Every pipeline follows the same basic pattern:
# SOURCE → TRANSFORM → SINK (optional)
- name: EcommerceData
kind: source # This step LOADS data
connection:
kind: Parquet # Data format
locator: ecommerce.parquet # Location
show: -1 # Preview data
Key attributes:
name: Reference this data in later steps
kind: source: Identifies as a data loader
connection: How to access the data
show: Controls preview display (-1 = show all rows)

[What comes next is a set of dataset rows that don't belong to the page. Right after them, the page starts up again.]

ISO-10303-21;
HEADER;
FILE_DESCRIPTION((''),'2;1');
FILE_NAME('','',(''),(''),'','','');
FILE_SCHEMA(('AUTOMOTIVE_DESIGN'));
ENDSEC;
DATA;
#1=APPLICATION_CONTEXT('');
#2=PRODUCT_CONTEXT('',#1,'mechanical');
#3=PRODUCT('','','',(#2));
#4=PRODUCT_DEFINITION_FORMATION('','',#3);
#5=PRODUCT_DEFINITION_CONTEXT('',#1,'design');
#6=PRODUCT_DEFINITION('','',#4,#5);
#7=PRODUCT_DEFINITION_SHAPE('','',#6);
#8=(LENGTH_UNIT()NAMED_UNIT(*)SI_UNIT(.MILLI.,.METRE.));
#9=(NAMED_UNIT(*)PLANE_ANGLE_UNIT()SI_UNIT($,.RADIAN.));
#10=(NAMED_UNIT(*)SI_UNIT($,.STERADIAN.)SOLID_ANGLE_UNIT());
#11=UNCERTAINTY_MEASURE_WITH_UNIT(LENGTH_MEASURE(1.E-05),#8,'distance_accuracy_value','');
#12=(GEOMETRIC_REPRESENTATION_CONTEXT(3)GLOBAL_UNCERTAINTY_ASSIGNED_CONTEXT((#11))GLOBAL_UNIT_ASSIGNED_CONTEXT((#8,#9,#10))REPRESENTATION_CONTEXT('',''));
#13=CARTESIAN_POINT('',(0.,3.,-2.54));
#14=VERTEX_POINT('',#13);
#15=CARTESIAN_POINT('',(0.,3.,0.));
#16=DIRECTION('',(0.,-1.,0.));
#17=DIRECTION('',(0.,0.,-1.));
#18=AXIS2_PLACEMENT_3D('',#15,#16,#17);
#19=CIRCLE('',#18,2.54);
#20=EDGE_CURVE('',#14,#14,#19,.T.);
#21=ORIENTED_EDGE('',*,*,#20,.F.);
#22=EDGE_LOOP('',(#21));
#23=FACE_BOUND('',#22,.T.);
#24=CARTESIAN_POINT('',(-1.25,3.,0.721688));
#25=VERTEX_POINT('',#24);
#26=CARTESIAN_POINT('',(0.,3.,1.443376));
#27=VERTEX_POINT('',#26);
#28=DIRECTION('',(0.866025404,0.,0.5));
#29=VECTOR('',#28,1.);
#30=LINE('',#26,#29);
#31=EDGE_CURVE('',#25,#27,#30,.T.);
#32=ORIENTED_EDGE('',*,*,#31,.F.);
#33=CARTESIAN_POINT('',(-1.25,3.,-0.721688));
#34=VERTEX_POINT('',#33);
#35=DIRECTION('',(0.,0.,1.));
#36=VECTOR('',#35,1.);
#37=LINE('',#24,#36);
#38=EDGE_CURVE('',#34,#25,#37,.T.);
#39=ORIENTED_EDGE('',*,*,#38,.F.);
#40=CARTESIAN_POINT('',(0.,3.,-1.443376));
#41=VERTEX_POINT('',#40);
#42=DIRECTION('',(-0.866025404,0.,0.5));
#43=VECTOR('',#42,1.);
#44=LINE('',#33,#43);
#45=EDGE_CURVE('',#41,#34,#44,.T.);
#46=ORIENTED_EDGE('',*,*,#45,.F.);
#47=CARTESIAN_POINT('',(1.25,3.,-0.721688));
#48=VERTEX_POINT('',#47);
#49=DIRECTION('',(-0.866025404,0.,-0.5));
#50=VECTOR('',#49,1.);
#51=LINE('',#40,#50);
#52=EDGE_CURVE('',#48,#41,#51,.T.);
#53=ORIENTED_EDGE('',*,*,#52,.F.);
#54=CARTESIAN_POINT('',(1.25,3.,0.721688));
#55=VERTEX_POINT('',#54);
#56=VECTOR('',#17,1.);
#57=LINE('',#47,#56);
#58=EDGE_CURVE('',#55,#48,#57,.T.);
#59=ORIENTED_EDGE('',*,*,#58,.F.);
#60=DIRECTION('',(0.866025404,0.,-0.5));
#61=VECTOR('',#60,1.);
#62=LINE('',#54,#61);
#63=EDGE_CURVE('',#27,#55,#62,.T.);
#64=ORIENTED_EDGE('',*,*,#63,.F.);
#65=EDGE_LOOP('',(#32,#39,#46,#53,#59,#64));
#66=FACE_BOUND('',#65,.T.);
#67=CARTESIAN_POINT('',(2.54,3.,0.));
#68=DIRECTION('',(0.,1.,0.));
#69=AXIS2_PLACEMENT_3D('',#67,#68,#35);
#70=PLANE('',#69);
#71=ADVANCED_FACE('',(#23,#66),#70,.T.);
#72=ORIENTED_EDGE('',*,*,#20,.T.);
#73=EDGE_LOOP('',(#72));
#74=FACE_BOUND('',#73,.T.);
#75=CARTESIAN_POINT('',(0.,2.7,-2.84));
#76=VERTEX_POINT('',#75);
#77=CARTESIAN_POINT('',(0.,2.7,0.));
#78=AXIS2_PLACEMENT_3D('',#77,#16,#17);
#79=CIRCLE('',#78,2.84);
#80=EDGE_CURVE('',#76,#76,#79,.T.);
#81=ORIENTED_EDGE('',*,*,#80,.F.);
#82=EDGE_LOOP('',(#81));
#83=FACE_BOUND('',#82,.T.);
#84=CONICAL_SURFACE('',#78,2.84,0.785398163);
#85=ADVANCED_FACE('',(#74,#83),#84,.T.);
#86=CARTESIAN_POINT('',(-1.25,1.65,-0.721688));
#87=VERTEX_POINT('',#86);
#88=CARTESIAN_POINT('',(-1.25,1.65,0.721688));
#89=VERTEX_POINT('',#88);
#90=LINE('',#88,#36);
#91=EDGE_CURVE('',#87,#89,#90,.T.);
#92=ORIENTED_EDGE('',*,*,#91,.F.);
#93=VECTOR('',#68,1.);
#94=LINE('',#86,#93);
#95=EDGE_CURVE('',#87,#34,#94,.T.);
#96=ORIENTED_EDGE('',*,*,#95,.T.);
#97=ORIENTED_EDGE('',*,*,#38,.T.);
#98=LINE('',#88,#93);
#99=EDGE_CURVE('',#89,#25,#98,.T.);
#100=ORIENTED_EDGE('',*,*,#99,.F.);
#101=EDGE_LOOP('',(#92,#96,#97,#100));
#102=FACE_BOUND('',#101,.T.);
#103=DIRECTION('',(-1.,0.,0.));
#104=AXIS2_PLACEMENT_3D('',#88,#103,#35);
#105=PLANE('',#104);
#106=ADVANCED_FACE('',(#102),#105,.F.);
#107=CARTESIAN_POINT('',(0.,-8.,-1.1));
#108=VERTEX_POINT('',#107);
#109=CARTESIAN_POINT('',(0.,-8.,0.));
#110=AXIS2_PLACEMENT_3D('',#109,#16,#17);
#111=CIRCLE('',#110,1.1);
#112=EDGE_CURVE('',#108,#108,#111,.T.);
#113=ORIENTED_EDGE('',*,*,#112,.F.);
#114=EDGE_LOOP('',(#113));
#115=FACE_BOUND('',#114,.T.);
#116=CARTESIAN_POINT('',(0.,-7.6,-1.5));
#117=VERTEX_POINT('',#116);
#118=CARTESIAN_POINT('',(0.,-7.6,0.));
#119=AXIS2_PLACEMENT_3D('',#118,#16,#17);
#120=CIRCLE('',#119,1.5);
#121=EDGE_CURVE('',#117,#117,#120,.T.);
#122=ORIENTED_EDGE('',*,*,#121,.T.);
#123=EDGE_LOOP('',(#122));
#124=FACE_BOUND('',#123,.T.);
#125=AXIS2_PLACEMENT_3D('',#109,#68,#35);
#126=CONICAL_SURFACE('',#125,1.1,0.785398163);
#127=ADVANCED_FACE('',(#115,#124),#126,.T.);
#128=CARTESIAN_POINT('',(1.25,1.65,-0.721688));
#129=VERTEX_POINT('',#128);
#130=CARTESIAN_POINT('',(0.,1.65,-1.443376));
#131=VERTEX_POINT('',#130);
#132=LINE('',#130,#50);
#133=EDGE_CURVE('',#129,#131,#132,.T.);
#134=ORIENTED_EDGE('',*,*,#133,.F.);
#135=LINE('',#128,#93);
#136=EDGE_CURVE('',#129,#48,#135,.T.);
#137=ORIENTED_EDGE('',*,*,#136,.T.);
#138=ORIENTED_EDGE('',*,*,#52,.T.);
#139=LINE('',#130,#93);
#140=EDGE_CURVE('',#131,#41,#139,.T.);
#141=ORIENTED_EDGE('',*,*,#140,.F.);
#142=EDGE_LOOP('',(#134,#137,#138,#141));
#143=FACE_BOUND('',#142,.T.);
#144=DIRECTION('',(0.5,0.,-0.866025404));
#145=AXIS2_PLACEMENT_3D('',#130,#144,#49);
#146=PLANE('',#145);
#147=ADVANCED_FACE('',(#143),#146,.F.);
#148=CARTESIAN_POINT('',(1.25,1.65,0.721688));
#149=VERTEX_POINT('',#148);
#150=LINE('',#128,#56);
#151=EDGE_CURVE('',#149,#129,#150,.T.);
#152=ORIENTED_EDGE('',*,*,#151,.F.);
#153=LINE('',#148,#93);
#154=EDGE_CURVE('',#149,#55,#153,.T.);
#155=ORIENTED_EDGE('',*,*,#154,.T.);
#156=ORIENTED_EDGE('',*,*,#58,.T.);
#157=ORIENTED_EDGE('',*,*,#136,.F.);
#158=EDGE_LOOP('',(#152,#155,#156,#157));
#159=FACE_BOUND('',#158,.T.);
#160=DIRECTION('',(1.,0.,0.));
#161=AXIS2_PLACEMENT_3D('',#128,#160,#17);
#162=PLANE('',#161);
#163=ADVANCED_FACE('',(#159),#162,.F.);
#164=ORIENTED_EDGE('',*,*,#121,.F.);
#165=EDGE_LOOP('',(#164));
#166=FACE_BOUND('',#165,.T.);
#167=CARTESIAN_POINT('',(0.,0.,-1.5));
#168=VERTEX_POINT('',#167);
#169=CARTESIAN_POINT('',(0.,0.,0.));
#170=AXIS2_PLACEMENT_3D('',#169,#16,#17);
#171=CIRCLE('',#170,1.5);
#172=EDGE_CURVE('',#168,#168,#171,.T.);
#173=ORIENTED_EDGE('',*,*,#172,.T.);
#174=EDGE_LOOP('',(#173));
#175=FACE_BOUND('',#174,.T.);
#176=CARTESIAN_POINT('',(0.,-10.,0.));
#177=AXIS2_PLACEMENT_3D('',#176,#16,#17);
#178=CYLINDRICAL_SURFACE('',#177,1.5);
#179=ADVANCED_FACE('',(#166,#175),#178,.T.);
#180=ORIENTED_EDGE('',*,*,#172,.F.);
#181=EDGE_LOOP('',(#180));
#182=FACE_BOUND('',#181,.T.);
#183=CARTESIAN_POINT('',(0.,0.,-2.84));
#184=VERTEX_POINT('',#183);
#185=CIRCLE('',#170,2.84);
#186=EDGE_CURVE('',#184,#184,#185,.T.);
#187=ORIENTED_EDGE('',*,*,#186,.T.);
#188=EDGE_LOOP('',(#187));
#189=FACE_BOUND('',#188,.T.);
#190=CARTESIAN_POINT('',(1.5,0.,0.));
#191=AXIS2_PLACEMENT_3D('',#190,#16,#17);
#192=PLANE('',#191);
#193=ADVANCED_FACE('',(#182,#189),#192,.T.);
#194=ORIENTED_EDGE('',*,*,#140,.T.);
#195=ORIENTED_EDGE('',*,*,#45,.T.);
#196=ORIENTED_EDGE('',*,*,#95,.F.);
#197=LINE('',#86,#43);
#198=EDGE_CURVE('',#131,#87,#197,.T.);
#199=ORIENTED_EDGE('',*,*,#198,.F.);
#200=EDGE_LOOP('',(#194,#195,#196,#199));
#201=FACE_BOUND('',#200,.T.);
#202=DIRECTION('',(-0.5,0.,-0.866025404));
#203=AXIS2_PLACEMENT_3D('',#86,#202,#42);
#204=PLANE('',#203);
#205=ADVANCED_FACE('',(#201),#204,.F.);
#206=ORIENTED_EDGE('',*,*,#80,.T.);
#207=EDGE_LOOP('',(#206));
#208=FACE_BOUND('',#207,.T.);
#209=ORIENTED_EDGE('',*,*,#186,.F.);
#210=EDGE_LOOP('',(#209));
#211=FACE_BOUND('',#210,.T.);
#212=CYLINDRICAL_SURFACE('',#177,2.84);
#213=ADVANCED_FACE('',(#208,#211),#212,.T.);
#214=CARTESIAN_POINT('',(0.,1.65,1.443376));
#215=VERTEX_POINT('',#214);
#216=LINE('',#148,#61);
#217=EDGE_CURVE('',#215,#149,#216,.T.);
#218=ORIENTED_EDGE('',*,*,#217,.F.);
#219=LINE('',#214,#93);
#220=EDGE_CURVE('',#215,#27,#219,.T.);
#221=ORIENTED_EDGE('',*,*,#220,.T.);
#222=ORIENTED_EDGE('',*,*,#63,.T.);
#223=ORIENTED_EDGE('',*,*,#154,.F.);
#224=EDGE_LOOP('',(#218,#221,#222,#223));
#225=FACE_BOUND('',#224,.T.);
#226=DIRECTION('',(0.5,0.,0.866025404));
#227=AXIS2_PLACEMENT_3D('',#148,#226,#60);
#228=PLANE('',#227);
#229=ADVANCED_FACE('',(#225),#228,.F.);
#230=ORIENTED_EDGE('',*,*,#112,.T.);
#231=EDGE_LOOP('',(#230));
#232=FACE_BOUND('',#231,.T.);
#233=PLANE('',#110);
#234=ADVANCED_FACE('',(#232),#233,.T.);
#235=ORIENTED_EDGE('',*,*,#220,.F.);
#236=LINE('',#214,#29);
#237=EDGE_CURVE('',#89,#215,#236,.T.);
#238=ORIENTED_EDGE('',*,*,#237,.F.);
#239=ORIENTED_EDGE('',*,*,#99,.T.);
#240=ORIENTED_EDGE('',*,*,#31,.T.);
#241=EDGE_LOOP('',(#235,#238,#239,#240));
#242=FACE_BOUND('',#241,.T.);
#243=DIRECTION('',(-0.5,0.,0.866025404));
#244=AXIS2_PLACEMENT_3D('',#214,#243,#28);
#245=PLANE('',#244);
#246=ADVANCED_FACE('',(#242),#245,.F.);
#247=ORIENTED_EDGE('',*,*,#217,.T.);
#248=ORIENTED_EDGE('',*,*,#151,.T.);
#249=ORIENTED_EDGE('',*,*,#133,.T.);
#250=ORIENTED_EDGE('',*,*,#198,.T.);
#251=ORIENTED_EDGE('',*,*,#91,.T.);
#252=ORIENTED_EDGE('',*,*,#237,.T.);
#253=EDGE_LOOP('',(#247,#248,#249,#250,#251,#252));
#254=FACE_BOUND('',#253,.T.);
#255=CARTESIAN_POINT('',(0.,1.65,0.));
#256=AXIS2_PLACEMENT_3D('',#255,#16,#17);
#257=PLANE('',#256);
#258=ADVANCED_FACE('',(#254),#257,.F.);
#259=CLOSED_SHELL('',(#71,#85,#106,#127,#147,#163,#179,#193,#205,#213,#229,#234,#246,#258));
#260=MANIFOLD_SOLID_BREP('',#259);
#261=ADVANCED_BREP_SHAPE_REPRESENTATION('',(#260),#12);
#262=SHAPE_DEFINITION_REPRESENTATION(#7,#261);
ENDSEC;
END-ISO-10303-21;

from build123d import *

# Parameters (mm, degrees)
CUT_EXTRUDE1_DEPTH = 1.35


with BuildPart() as part:
    # Sketch1 → Revolve1 (revolve)
    with BuildSketch(Plane.XY, mode=Mode.PRIVATE) as revolve1_sk:
        Polygon((0, -8), (1.1, -8), (1.5, -7.6), (1.5, 0), (2.84, 0), (2.84, 2.7), (2.54, 3), (0, 3), align=None)
    revolve(revolve1_sk.sketch.rotate(Axis((0, -10, 0), (0, 1, 0)), 90), axis=Axis((0, -10, 0), (0, 1, 0)))

    # Sketch2 → Cut-Extrude1 (cut)
    with BuildSketch(Plane(origin=(0, 3, 0), x_dir=(1, 0, 0), z_dir=(0, 1, 0))):
        Polygon((1.25, -0.721687836), (0, -1.443375673), (-1.25, -0.721687836), (-1.25, 0.721687836), (0, 1.443375673), (1.25, 0.721687836), align=None)
    extrude(amount=-CUT_EXTRUDE1_DEPTH, mode=Mode.SUBTRACT)


solid = part.part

Other source types you can use:
# CSV file
connection:
kind: CSV
locator: data.csv
# Excel file
connection:
kind: File
locator: data.xlsx
params:
kind: xlsx
sheet_name: Sheet1
# HTTP API
connection:
kind: Rest
client:
base_url: https://api.example.com
auth:
kind: header
values:
x-Key: <<secrets.get('API_KEY')>>
request:
method: POST
endpoint: /data
body: <<variables.get('MyData')>>
# Database
connection:
kind: Clickhouse
locator: sales
query: SELECT * FROM Clickhouse
- name: CleanAndAnalyze
kind: transform # This step MODIFIES data
query: |
SELECT
InvoiceNo,
CustomerID,
Country,
-- Calculate new fields
Quantity * UnitPrice as LineTotal,
-- Add business logic
CASE
WHEN Description LIKE '%POSTAGE%' THEN 'Shipping'
ELSE 'Product'
END as LineType
FROM EcommerceData # Reference the source by name
WHERE CustomerID IS NOT NULL # Filter out bad data
AND Quantity > 0
Key attributes:
name: Give transformations meaningful names
kind: transform: Identifies as a data processor
query: SQL that defines the transformation
Use FROM StepName to reference previous steps
Common transformation patterns:
-- 1. Clean data
SELECT
TRIM(Name) as CleanName,
COALESCE(Email, 'unknown@example.com') as Email,
CAST(Price AS DECIMAL(10,2)) as Price
FROM RawData
-- 2. Aggregate data
SELECT
Country,
COUNT(*) as OrderCount,
SUM(Revenue) as TotalRevenue,
AVG(Revenue) as AvgOrderValue
FROM Orders
GROUP BY Country
-- 3. Join data
SELECT
o.OrderID,
c.CustomerName,
p.ProductName,
o.Quantity * p.Price as LineTotal
FROM Orders o
JOIN Customers c ON o.CustomerID = c.ID
JOIN Products p ON o.ProductID = p.ID
-- 4. Window functions (advanced)
SELECT
Date,
Revenue,
SUM(Revenue) OVER (ORDER BY Date) as RunningTotal,
AVG(Revenue) OVER (ORDER BY Date ROWS 7 PRECEDING) as WeeklyAvg
FROM DailySales
- name: SaveResults
kind: sink # This step OUTPUTS data
connection:
kind: CSV
locator: results.csv # Output location
- name: SendToDashboard
kind: sink
connection:
kind: HTTP
url: https://dashboard.company.com/api/data
method: POST
headers:
Authorization: Bearer ${API_TOKEN}
SOURCE TRANSFORM SINK
• Load data ───▶ • Clean ───▶ • Save
• Validate • Calculate • Export
• Cache • Filter • Notify
↓ ↓ ↓
Raw data Clean data Business insights
1. Variable Substitution
- name: SalesData
kind: source
connection:
kind: Parquet
locator: <<context.get('YEAR')>>_sales.parquet # Will be replaced at runtime
2. Error Handling
- name: LoadData
kind: source
connection:
kind: Parquet
locator: data.parquet
on_error: skip # Options: skip, fail (default)
3. Conditional Execution
- name: CheckDataQuality
kind: transform
query: |
SELECT COUNT(*) as RowCount FROM SalesData
skip_if: "<<True if RowCount <= 0 else False>>" # Only run if data exists
4. Looping
- name: MakeLoop
kind: transform
query: SELECT 'US' AS value UNION ALL SELECT 'MX' AS value
- name: Process
kind: pipeline
stages:
- name: Data
kind: transform
query: SELECT * FROM SalesData WHERE Country = '<<API.look('loop_control.value', variables)>>'
1. Naming Conventions
# Good
- name: Load_Customer_Orders
- name: Clean_Order_Data
- name: Calculate_Monthly_Revenue
# Avoid
- name: step1
- name: data
- name: transform
2. Step Documentation
- name: EnrichWithCustomerData
kind: transform
description: "Join orders with customer profiles"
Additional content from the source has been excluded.